After not hearing from my dealer for about 4 days ( they stated they were going to call me this past Monday), I couldn't help but text my service advisor whether they have an update. Heart was pounding though to be honest waiting for the text back ( I know a little dramatic haha). 15 minutes past, I get a response back, " yes we got an approval for it but we have to order the parts we will call you when the parts arrive". A moment of relief came down but then quickly got worried again since I wanted confirmation if both issues were approved or just one (ie sunroof bezel crack and infotainment screen crack). To my delight it is for both!!! Hallelujah! So now I wait for the call back. 

So happy that my mom won't get turned off with the brand after me pushing it on her ! If this wasn't going to be covered, I would've felt so guilty!

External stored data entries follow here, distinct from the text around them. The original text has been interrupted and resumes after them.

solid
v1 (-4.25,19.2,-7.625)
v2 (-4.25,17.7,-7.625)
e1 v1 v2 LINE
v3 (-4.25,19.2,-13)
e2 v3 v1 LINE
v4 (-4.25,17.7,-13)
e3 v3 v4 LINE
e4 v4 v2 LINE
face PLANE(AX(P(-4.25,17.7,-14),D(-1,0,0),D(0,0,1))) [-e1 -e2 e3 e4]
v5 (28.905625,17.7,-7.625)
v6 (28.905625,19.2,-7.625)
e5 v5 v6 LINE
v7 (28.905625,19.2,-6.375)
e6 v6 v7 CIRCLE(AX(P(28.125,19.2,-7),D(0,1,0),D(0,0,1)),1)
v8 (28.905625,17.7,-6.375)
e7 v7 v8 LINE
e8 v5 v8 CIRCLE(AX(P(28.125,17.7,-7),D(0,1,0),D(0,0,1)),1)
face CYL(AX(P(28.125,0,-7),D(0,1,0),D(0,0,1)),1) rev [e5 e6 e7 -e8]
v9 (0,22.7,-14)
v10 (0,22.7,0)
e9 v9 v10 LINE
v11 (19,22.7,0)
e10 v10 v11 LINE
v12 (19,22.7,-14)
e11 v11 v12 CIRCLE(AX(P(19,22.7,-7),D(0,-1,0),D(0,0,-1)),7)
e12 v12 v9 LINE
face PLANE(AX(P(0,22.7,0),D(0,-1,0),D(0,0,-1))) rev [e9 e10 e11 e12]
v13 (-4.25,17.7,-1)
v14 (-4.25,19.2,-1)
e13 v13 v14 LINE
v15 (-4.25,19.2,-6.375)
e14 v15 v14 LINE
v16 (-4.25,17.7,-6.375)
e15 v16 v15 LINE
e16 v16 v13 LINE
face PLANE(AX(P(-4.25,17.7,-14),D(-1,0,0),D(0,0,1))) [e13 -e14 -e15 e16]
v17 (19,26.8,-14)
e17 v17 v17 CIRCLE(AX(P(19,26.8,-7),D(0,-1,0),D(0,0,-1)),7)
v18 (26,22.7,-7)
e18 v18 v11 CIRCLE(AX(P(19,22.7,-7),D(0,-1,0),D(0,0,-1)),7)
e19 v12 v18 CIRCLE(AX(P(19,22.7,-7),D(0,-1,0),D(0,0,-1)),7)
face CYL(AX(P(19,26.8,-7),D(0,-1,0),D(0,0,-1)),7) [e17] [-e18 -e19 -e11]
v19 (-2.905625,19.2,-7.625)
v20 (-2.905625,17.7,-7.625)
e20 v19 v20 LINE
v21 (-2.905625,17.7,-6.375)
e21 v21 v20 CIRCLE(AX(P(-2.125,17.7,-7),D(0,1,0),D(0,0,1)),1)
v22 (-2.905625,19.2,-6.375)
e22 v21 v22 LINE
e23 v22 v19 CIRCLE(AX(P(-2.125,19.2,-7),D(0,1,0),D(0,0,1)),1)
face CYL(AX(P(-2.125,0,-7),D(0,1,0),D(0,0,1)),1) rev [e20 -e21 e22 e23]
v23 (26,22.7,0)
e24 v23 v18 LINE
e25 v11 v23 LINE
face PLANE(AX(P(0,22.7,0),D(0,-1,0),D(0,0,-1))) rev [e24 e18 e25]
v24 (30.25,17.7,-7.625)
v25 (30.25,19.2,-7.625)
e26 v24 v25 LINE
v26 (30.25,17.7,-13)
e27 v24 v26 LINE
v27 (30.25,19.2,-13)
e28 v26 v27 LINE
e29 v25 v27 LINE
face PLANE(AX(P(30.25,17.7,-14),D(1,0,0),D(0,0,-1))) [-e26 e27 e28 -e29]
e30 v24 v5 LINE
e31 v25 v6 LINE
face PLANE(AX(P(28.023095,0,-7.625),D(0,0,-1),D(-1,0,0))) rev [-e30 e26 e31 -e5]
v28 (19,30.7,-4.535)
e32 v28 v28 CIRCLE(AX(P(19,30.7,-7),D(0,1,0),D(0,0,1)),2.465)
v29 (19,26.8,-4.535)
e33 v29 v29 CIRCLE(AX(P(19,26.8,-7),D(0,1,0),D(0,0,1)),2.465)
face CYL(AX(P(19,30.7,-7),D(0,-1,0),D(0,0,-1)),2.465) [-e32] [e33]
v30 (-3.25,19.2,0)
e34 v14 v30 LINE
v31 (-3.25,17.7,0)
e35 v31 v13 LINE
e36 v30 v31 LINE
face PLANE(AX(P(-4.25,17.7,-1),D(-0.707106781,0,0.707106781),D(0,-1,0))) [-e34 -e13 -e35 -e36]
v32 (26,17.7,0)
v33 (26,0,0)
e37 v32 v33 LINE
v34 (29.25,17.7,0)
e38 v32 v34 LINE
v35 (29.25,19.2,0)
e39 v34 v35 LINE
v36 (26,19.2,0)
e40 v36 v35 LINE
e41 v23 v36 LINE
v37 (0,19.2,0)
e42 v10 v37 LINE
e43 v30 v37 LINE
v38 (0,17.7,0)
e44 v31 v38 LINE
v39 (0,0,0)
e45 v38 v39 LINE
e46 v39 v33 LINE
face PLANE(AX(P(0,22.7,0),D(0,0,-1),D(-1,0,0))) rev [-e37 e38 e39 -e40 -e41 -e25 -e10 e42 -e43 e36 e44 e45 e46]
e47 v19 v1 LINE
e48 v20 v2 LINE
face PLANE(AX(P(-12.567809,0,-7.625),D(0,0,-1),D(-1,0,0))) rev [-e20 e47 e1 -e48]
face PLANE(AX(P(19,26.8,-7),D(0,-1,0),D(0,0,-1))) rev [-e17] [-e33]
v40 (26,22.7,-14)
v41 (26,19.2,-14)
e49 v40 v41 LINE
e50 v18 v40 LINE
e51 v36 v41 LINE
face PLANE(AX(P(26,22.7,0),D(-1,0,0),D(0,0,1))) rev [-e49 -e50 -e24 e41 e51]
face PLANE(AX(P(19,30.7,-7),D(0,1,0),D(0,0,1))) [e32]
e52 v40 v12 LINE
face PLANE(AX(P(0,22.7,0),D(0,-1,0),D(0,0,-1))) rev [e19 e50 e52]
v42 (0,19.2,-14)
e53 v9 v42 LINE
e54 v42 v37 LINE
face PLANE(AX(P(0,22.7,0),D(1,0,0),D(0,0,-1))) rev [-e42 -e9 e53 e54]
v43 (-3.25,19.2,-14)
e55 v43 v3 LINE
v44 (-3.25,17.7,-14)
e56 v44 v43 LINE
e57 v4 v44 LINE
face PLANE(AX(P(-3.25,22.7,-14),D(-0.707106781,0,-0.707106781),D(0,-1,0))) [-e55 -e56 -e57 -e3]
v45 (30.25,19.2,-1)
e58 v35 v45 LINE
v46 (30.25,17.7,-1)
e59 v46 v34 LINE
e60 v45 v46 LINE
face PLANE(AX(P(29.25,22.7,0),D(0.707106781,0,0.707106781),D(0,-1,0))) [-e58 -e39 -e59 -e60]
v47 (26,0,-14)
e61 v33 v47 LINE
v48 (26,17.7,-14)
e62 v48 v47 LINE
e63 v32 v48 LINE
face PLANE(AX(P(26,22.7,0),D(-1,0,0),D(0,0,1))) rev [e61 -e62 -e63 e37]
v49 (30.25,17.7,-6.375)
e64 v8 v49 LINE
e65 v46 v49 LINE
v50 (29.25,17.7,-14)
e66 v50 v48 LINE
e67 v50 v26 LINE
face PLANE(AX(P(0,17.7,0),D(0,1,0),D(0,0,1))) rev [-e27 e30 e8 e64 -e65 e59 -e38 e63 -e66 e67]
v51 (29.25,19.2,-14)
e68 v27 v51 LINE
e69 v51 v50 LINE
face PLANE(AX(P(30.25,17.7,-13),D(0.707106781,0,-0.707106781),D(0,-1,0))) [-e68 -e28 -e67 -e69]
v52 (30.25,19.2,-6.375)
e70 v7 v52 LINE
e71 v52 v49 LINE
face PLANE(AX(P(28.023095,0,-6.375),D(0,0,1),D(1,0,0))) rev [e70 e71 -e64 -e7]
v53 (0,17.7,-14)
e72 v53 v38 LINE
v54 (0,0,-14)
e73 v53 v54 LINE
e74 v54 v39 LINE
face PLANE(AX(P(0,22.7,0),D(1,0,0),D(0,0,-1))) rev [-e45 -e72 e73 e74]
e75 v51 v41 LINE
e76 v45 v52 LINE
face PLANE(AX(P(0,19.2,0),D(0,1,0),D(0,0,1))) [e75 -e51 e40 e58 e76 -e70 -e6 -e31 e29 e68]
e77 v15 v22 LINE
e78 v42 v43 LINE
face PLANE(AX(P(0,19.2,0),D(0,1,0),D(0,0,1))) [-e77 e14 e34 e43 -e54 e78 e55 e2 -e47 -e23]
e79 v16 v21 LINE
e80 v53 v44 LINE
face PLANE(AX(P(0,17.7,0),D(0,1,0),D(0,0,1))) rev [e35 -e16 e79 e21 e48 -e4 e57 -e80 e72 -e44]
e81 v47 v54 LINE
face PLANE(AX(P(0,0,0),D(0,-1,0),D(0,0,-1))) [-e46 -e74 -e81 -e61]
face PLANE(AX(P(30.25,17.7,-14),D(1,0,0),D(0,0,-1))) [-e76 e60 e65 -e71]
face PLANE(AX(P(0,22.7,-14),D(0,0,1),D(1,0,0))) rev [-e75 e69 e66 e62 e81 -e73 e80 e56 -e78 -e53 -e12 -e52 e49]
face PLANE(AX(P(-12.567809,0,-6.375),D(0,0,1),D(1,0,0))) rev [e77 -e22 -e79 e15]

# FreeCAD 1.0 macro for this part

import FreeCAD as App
import Part
import Sketcher
from FreeCAD import Vector
Q = App.Units.Quantity


def edges_at(feature, points):
    """Names of the edges that pass closest to the given points."""
    edges = feature.Shape.Edges
    near = lambda p: min(range(len(edges)), key=lambda i: edges[i].distToShape(Part.Vertex(*p))[0])
    return sorted({f"Edge{near(p) + 1}" for p in points})


def add_polygon(sketch, points):
    """Adds a closed chain of lines whose ends are joined by coincident constraints."""
    first, n = sketch.GeometryCount, len(points)
    for a, b in zip(points, points[1:] + points[:1]):
        sketch.addGeometry(Part.LineSegment(App.Vector(*a, 0), App.Vector(*b, 0)), False)
    for i in range(n):
        sketch.addConstraint(Sketcher.Constraint("Coincident", first + i, 2, first + (i + 1) % n, 1))

doc = App.newDocument("Part")
body = doc.addObject("PartDesign::Body", "Body")

sketch1 = body.newObject("Sketcher::SketchObject", "Sketch")
sketch1.AttachmentSupport = (doc.getObject("XZ_Plane"), [""])
sketch1.MapMode = "FlatFace"
add_polygon(sketch1, [(0, -14), (0, 0), (26, 0), (26, -14)])
sketch1.addConstraint([
    Sketcher.Constraint("Vertical", 0),
    Sketcher.Constraint("Horizontal", 1),
    Sketcher.Constraint("Vertical", 2),
    Sketcher.Constraint("Horizontal", 3),
    Sketcher.Constraint("Coincident", 0, 2, -1, 1),
    Sketcher.Constraint("DistanceX", 1, 1, 1, 2, Q("26 mm")),
    Sketcher.Constraint("DistanceY", 0, 1, 0, 2, Q("14 mm")),
])
pad1 = body.newObject("PartDesign::Pad", "Pad")
pad1.Profile = sketch1
pad1.Length = 22.7
pad1.Reversed = True

sketch2 = body.newObject("Sketcher::SketchObject", "Sketch001")
sketch2.AttachmentSupport = (doc.getObject("XZ_Plane"), [""])
sketch2.MapMode = "FlatFace"
sketch2.AttachmentOffset = App.Placement(Vector(0, 0, -19.2), App.Rotation())
add_polygon(sketch2, [(-4, -14), (-4, 0), (30, 0), (30, -14)])
sketch2.addConstraint([
    Sketcher.Constraint("Vertical", 0),
    Sketcher.Constraint("Horizontal", 1),
    Sketcher.Constraint("Vertical", 2),
    Sketcher.Constraint("Horizontal", 3),
    Sketcher.Constraint("PointOnObject", 0, 2, -1),
    Sketcher.Constraint("DistanceY", 0, 1, 0, 2, Q("14 mm")),
    Sketcher.Constraint("DistanceX", 1, 1, 1, 2, Q("34.5 mm")),
    Sketcher.Constraint("DistanceX", 0, 2, -1, 1, Q("4.25 mm")),
])
pad2 = body.newObject("PartDesign::Pad", "Pad001")
pad2.Profile = sketch2
pad2.Length = 1.5
doc.recompute()

chamfer = body.newObject("PartDesign::Chamfer", "Chamfer")
chamfer.Base = (pad2, edges_at(pad2, [
    (-4.25, 18.45, -14),
    (30.25, 18.45, 0),
    (-4.25, 18.45, 0),
    (30.25, 18.45, -14),
]))
chamfer.Size = 1

sketch3 = body.newObject("Sketcher::SketchObject", "Sketch002")
sketch3.AttachmentSupport = (doc.getObject("XZ_Plane"), [""])
sketch3.MapMode = "FlatFace"
sketch3.addGeometry(Part.Circle(Vector(19, -7, 0), Vector(0, 0, 1), 7), False)
sketch3.addConstraint([
    Sketcher.Constraint("Diameter", 0, Q("14 mm")),
    Sketcher.Constraint("DistanceX", -1, 1, 0, 3, Q("19 mm")),
    Sketcher.Constraint("DistanceY", 0, 3, -1, 1, Q("7 mm")),
])
pad3 = body.newObject("PartDesign::Pad", "Pad002")
pad3.Profile = sketch3
pad3.Length = 26.8
pad3.Reversed = True

sketch4 = body.newObject("Sketcher::SketchObject", "Sketch003")
sketch4.AttachmentSupport = (doc.getObject("XZ_Plane"), [""])
sketch4.MapMode = "FlatFace"
sketch4.AttachmentOffset = App.Placement(Vector(0, 0, -26.8), App.Rotation())
sketch4.addGeometry(Part.Circle(Vector(19, -7, 0), Vector(0, 0, 1), 2.5), False)
sketch4.addConstraint([
    Sketcher.Constraint("Diameter", 0, Q("4.93 mm")),
    Sketcher.Constraint("DistanceX", -1, 1, 0, 3, Q("19 mm")),
    Sketcher.Constraint("DistanceY", 0, 3, -1, 1, Q("7 mm")),
])
pad4 = body.newObject("PartDesign::Pad", "Pad003")
pad4.Profile = sketch4
pad4.Length = 3.9
pad4.Reversed = True

sketch5 = body.newObject("Sketcher::SketchObject", "Sketch004")
sketch5.AttachmentSupport = (doc.getObject("XZ_Plane"), [""])
sketch5.MapMode = "FlatFace"
sketch5.AttachmentOffset = App.Placement(Vector(0, 0, -19.2), App.Rotation())
sketch5.addGeometry([
    Part.Circle(Vector(28.1, -7, 0), Vector(0, 0, 1), 1),
    Part.Circle(Vector(-2.1, -7, 0), Vector(0, 0, 1), 1),
], False)
sketch5.addConstraint([
    Sketcher.Constraint("Equal", 0, 1),
    Sketcher.Constraint("Horizontal", 0, 3, 1, 3),
    Sketcher.Constraint("Diameter", 0, Q("2 mm")),
    Sketcher.Constraint("DistanceY", 0, 3, -1, 1, Q("7 mm")),
    Sketcher.Constraint("DistanceX", 1, 3, 0, 3, Q("30.25 mm")),
    Sketcher.Constraint("DistanceX", -1, 1, 0, 3, Q("28.125 mm")),
])
pocket1 = body.newObject("PartDesign::Pocket", "Pocket")
pocket1.Profile = sketch5
pocket1.Type = "ThroughAll"
pocket1.Reversed = True

sketch6 = body.newObject("Sketcher::SketchObject", "Sketch005")
sketch6.AttachmentSupport = (doc.getObject("XZ_Plane"), [""])
sketch6.MapMode = "FlatFace"
sketch6.AttachmentOffset = App.Placement(Vector(0, 0, -19.2), App.Rotation())
add_polygon(sketch6, [(28, -7.6), (28, -6.4), (32.8, -6.4), (32.8, -7.6)])
add_polygon(sketch6, [(-12.6, -7.6), (-12.6, -6.4), (-2, -6.4), (-2, -7.6)])
sketch6.addConstraint([
    Sketcher.Constraint("Vertical", 0),
    Sketcher.Constraint("Horizontal", 1),
    Sketcher.Constraint("Vertical", 2),
    Sketcher.Constraint("Horizontal", 3),
    Sketcher.Constraint("Vertical", 4),
    Sketcher.Constraint("Horizontal", 5),
    Sketcher.Constraint("Vertical", 6),
    Sketcher.Constraint("Horizontal", 7),
    Sketcher.Constraint("Horizontal", 1, 2, 4, 2),
    Sketcher.Constraint("Horizontal", 3, 2, 6, 2),
    Sketcher.Constraint("DistanceY", 0, 1, 0, 2, Q("1.25 mm")),
    Sketcher.Constraint("DistanceY", 0, 2, -1, 1, Q("6.375 mm")),
    Sketcher.Constraint("DistanceX", 1, 1, 1, 2, Q("4.817382 mm")),
    Sketcher.Constraint("DistanceX", 5, 1, 5, 2, Q("10.544714 mm")),
    Sketcher.Constraint("DistanceX", 4, 2, -1, 1, Q("12.567809 mm")),
    Sketcher.Constraint("DistanceX", 5, 2, 0, 2, Q("30.04619 mm")),
])
pocket2 = body.newObject("PartDesign::Pocket", "Pocket001")
pocket2.Profile = sketch6
pocket2.Type = "ThroughAll"
pocket2.Reversed = True

doc.recompute()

Sent from my J8170 using Tapatalk


----------



## SDArteon (Jun 16, 2019)

TablaRasa said:


> After not hearing from my dealer for about 4 days ( they stated they were going to call me this past Monday), I couldn't help but text my service advisor whether they have an update. Heart was pounding though to be honest waiting for the text back ( I know a little dramatic haha). 15 minutes past, I get a response back, " yes we got an approval for it but we have to order the parts we will call you when the parts arrive". A moment of relief came down but then quickly got worried again since I wanted confirmation if both issues were approved or just one (ie sunroof bezel crack and infotainment screen crack). To my delight it is for both!!! Hallelujah! So now I wait for the call back.
> 
> So happy that my mom won't get turned off with the brand after me pushing it on her ! If this wasn't going to be covered, I would've felt so guilty!
> 
> Sent from my J8170 using Tapatalk


Well, thats very good news. I would have been concerned, but not surprised if they said no. Body parts are availble it seems.... someone crunched my arteon awhile back and its now in the repair shop. LONG STORY... i will summarize my findings in a post later.


----------



## beaumisbro (Oct 2, 2009)

TablaRasa said:


> After not hearing from my dealer for about 4 days ( they stated they were going to call me this past Monday), I couldn't help but text my service advisor whether they have an update. Heart was pounding though to be honest waiting for the text back ( I know a little dramatic haha). 15 minutes past, I get a response back, " yes we got an approval for it but we have to order the parts we will call you when the parts arrive". A moment of relief came down but then quickly got worried again since I wanted confirmation if both issues were approved or just one (ie sunroof bezel crack and infotainment screen crack). To my delight it is for both!!! Hallelujah! So now I wait for the call back.
> 
> So happy that my mom won't get turned off with the brand after me pushing it on her ! If this wasn't going to be covered, I would've felt so guilty!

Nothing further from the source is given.